Slaves load rum barrels in Ten Views in the Island of Antigua (1823) by William Clark. Image credit: British Library

Essential truths and busting myths

We concluded the day with Ian Burrell, global rum ambassador, hosting a panel dedicated to busting rum myths featuring Dr. Smith and Dr. Drayton as well as the returning Dr. Lennox Honychurch and University of West Indies history professor Dr. Tara Innis. We start by asking why Barbados, despite being small with just a handful of distilleries, still qualifies as an industry. The panel is unanimous in its conclusion that it is, due to the value both economic and cultural that it provides and the quality of the spirit made (it’s not the size, but how you use it, as Dr. Honychurch quips).  

Other sticky topics include questioning whether Barbados is the home of rum. Dr. Drayton supports the idea, saying it was the first to scale up sugarcane production and comparing it to football in England. The English weren’t the first to kick a ball, but they were the people who created the structure and identity that defines the sport today. “Who makes the rules gets to claim the game,” as Dr. Drayton summarises. 

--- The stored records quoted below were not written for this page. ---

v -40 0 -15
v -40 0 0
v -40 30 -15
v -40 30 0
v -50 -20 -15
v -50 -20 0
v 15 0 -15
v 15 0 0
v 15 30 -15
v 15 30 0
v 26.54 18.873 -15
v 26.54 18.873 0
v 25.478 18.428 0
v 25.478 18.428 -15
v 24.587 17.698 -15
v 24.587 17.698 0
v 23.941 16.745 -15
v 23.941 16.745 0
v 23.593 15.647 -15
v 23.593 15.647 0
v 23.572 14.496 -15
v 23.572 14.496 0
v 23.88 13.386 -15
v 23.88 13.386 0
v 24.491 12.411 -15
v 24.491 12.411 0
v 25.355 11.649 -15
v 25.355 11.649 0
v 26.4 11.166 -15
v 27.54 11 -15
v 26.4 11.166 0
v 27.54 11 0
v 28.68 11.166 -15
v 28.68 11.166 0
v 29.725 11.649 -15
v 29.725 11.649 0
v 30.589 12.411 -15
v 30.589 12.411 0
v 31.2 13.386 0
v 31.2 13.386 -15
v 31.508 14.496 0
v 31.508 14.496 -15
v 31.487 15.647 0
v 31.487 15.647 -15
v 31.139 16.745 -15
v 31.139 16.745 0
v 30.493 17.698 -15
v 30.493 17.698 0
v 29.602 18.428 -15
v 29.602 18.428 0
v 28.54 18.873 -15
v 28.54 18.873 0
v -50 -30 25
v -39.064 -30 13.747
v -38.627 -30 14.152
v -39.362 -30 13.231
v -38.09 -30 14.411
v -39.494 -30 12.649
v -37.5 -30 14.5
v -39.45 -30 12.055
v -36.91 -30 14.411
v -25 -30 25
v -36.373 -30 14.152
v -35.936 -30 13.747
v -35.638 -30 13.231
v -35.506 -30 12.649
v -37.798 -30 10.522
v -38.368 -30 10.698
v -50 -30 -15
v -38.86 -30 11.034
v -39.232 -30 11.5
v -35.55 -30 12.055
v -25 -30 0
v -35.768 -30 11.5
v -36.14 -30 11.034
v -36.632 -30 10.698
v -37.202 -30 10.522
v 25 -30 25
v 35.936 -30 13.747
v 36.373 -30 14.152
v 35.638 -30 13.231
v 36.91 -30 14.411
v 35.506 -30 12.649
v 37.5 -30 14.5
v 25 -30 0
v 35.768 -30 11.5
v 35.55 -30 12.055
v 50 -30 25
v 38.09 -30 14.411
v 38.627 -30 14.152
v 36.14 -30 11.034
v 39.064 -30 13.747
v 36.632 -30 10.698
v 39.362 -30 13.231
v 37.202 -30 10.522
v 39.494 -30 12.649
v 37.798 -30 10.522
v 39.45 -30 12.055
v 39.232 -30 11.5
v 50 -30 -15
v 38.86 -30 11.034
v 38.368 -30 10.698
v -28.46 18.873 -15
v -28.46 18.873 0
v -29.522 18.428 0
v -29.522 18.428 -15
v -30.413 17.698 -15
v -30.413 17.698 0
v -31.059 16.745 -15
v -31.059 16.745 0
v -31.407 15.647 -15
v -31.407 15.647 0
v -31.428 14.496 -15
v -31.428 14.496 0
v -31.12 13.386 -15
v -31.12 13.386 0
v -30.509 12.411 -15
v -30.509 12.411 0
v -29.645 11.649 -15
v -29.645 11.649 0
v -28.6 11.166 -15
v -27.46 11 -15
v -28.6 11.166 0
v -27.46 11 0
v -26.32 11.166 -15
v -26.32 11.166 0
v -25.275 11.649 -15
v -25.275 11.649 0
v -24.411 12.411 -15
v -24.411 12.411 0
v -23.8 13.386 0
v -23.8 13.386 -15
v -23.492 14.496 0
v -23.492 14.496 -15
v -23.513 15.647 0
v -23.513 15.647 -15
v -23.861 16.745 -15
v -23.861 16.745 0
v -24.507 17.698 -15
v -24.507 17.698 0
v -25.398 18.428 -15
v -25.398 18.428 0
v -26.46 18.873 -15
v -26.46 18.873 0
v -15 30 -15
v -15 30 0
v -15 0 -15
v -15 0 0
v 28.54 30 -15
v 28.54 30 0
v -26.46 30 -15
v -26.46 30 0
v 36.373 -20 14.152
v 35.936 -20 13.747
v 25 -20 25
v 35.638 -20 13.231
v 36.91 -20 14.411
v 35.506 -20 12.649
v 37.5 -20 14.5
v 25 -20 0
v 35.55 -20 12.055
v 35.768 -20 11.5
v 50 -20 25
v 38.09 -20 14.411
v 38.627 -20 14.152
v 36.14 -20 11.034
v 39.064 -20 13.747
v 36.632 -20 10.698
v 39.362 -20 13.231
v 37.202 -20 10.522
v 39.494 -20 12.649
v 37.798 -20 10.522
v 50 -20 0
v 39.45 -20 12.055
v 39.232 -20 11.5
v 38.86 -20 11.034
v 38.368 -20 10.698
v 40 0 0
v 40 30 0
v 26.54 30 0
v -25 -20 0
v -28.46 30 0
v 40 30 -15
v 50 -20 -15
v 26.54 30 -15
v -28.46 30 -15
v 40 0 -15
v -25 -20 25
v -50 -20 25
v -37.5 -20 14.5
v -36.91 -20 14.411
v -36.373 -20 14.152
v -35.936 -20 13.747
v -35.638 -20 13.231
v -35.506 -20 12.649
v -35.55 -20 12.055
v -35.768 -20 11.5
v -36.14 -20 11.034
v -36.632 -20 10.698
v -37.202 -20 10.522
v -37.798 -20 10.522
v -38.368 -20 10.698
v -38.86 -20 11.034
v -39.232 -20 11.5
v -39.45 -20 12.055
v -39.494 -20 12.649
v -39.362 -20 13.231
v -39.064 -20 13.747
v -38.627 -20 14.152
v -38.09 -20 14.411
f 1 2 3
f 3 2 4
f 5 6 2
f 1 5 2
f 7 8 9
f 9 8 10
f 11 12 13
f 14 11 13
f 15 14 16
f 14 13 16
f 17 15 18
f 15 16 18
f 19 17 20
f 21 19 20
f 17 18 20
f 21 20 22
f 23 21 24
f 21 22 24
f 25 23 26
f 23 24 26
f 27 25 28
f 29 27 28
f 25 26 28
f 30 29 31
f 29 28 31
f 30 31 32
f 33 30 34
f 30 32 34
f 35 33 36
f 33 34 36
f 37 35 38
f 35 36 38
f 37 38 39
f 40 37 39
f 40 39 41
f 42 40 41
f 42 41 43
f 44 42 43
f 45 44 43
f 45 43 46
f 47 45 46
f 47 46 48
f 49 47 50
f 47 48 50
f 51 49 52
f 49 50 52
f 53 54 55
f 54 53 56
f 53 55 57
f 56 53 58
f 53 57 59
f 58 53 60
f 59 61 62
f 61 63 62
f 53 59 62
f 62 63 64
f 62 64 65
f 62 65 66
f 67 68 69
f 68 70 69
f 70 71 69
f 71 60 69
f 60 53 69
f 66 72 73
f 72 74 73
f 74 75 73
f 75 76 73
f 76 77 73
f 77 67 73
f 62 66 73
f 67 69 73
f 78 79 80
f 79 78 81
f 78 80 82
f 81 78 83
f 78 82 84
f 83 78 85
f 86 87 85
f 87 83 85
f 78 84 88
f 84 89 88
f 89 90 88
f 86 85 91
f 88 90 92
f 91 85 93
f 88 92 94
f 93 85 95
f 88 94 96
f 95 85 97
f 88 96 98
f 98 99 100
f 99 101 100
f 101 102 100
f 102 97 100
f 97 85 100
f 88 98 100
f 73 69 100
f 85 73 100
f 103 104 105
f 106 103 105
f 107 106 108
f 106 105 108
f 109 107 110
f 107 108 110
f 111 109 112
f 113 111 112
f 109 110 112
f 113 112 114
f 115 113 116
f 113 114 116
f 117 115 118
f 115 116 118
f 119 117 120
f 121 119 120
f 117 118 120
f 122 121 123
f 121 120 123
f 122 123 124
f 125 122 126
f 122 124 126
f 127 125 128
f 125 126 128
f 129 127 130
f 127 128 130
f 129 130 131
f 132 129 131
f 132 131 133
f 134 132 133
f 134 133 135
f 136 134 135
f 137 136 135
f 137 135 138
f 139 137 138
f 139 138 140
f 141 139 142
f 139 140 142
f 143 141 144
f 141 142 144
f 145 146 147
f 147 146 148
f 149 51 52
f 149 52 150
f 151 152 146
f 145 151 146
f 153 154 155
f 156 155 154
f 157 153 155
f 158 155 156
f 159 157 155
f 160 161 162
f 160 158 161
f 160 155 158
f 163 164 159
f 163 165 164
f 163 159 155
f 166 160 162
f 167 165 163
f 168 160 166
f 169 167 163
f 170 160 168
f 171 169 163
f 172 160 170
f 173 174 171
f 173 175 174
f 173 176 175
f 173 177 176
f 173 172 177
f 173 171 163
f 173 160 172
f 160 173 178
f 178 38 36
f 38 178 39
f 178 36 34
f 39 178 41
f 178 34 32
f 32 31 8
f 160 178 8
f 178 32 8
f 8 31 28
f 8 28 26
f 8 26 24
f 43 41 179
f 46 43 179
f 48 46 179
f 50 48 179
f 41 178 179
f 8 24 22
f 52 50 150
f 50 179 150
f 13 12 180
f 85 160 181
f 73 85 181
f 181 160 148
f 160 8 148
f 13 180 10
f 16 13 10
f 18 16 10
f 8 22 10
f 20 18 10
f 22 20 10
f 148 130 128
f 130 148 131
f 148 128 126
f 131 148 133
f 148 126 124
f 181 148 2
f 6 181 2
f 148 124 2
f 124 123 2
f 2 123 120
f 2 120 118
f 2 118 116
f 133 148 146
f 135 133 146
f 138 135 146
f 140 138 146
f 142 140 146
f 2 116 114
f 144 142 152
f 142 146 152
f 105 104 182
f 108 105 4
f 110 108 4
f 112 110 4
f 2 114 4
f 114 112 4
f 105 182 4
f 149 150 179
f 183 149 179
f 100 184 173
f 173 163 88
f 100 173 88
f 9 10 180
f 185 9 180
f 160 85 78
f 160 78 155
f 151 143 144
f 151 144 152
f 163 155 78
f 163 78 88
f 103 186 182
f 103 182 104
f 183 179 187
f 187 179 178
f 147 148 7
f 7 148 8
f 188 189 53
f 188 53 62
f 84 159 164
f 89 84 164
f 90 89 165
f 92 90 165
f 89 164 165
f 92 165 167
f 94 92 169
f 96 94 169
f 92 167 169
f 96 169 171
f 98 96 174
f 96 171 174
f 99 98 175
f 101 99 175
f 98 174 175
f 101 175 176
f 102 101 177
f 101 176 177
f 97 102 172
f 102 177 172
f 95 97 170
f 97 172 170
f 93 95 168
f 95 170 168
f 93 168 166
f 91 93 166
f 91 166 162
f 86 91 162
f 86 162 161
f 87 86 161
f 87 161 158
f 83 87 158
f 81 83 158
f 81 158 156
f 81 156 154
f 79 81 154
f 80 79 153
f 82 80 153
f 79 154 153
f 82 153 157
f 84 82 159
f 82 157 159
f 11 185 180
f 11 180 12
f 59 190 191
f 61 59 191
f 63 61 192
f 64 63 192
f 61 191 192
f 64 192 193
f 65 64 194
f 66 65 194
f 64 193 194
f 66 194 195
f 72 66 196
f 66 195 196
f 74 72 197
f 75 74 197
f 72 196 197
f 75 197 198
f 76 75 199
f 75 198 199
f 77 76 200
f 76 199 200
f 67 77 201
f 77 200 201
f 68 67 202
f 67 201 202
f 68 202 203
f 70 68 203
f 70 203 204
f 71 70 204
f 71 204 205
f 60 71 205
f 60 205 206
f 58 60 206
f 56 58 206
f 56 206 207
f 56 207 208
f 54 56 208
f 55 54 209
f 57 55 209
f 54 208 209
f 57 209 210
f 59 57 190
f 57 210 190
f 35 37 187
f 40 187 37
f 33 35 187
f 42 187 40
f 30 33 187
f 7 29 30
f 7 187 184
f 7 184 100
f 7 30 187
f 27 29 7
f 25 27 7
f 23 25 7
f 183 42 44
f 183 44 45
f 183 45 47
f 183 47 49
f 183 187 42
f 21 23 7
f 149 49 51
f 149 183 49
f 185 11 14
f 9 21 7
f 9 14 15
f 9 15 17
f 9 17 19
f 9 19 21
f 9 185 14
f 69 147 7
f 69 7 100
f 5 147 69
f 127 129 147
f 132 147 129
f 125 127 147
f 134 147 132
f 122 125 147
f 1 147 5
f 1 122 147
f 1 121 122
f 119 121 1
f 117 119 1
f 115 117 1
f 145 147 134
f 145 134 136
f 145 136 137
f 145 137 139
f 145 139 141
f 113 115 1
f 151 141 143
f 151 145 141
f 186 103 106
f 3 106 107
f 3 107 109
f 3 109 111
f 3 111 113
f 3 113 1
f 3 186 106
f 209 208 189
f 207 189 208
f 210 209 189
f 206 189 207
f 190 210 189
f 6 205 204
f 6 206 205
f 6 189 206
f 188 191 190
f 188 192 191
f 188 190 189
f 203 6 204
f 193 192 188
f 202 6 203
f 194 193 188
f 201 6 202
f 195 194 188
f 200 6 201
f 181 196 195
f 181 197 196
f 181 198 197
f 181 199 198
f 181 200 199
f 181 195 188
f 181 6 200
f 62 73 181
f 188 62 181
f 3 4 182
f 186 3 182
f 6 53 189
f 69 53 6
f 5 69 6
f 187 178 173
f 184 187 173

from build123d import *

# Parameters (mm, degrees)
BOSS_EXTRUDE1_DEPTH = 15
SKETCH2_W           = 25
SKETCH2_H           = 10
BOSS_EXTRUDE2_DEPTH = 25
SKETCH3_R           = 2
CUT_EXTRUDE1_DEPTH  = 10


with BuildPart() as part:
    # Sketch1 → Boss-Extrude1 (new body)
    with BuildSketch(Plane.XY):
        with BuildLine():
            Line((-15, 0), (0, 0))
            Line((0, 0), (15, 0))
            Line((15, 0), (15, 30))
            Line((15, 30), (26.540029545, 30))
            Line((26.540029545, 30), (26.540029545, 18.872983346))
            ThreePointArc((26.540029545, 18.872983346), (27.540029545, 11), (28.540029545, 18.872983346))
            Line((28.540029545, 18.872983346), (28.540029545, 30))
            Line((28.540029545, 30), (40, 30))
            Line((40, 30), (40, 0))
            Line((40, 0), (50, -20))
            Line((50, -20), (50, -30))
            Line((50, -30), (0, -30))
            Line((0, -30), (-50, -30))
            Line((-50, -30), (-50, -20))
            Line((-50, -20), (-40, 0))
            Line((-40, 0), (-40, 30))
            Line((-40, 30), (-28.459970455, 30))
            Line((-28.459970455, 30), (-28.459970455, 18.872983346))
            ThreePointArc((-28.459970455, 18.872983346), (-27.459970455, 11), (-26.459970455, 18.872983346))
            Line((-26.459970455, 18.872983346), (-26.459970455, 30))
            Line((-26.459970455, 30), (-15, 30))
            Line((-15, 30), (-15, 0))
        make_face()
    extrude(amount=-BOSS_EXTRUDE1_DEPTH)

    # Sketch2 → Boss-Extrude2 (add)
    with BuildSketch(Plane.XY):
        with Locations((-37.5, -25)):
            Rectangle(SKETCH2_W, SKETCH2_H)
        with Locations((37.5, -25)):
            Rectangle(SKETCH2_W, SKETCH2_H)
    extrude(amount=BOSS_EXTRUDE2_DEPTH)

    # Sketch3 → Cut-Extrude1 (cut)
    with BuildSketch(Plane(origin=(0, -20, 0), x_dir=(1, 0, 0), z_dir=(0, 1, 0))):
        with Locations(Location((-37.5, -12.5, 0), (0, 0, 270))):
            Circle(SKETCH3_R)
        with Locations(Location((37.5, -12.5, 0), (0, 0, 270))):
            Circle(SKETCH3_R)
    extrude(amount=-CUT_EXTRUDE1_DEPTH, mode=Mode.SUBTRACT)


solid = part.part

Then came a biggie: rum has no rules. Burrell asks the room if any spirit category is governed by an international strict set of rules, not just country regulations, and lists various laws that exist within rum-producing nations. A fair point, but worth considering that it is here in Barbados that is pushing for a GI and Jamaica Rum has recently been successful in the same endeavour, so those within the industry see a need for greater clarity than at least what we have now. This was also a focus of debate, with the panel bemoaning the ease at which pretender rum can pass as Bajan and believing that it is possible to create a body of legislation that ensures the consumer knows what they are buying without creating too many restrictions. 

Barbados Rum Experience

Panel time!

Big debate

That fed into the next debate on categorisation. Colour was pretty quickly dismissed as a means to present rum, as was the classification of calling rum English, French, or Spanish style due to its colonial connotations. The Gargano approach was touched upon, with proof levels, aging, provenance, and source of the blend agreed as being good indicators, but we didn’t reach a consensus today, which was always going to be a big ask.

Slavery and plantation history were also discussed again, with Dr. Innis, in particular, delivering a stirring and nuanced speech on the need for Caribbean countries to own this discussion and ensure it as the forefront of rum dialogue, but also to appreciate that merely imbibing rum today does not condone this past and to understand it is a product of the Caribbean that has a post-emancipation history too.

It’s obvious that rum has a lot of big questions to answer still as a category but the conversations are happening and there is an appetite for the spirit to seize the day in what many are proclaiming as its era. My day, however, is done. Hopefully, somebody here knows where I can get a rum.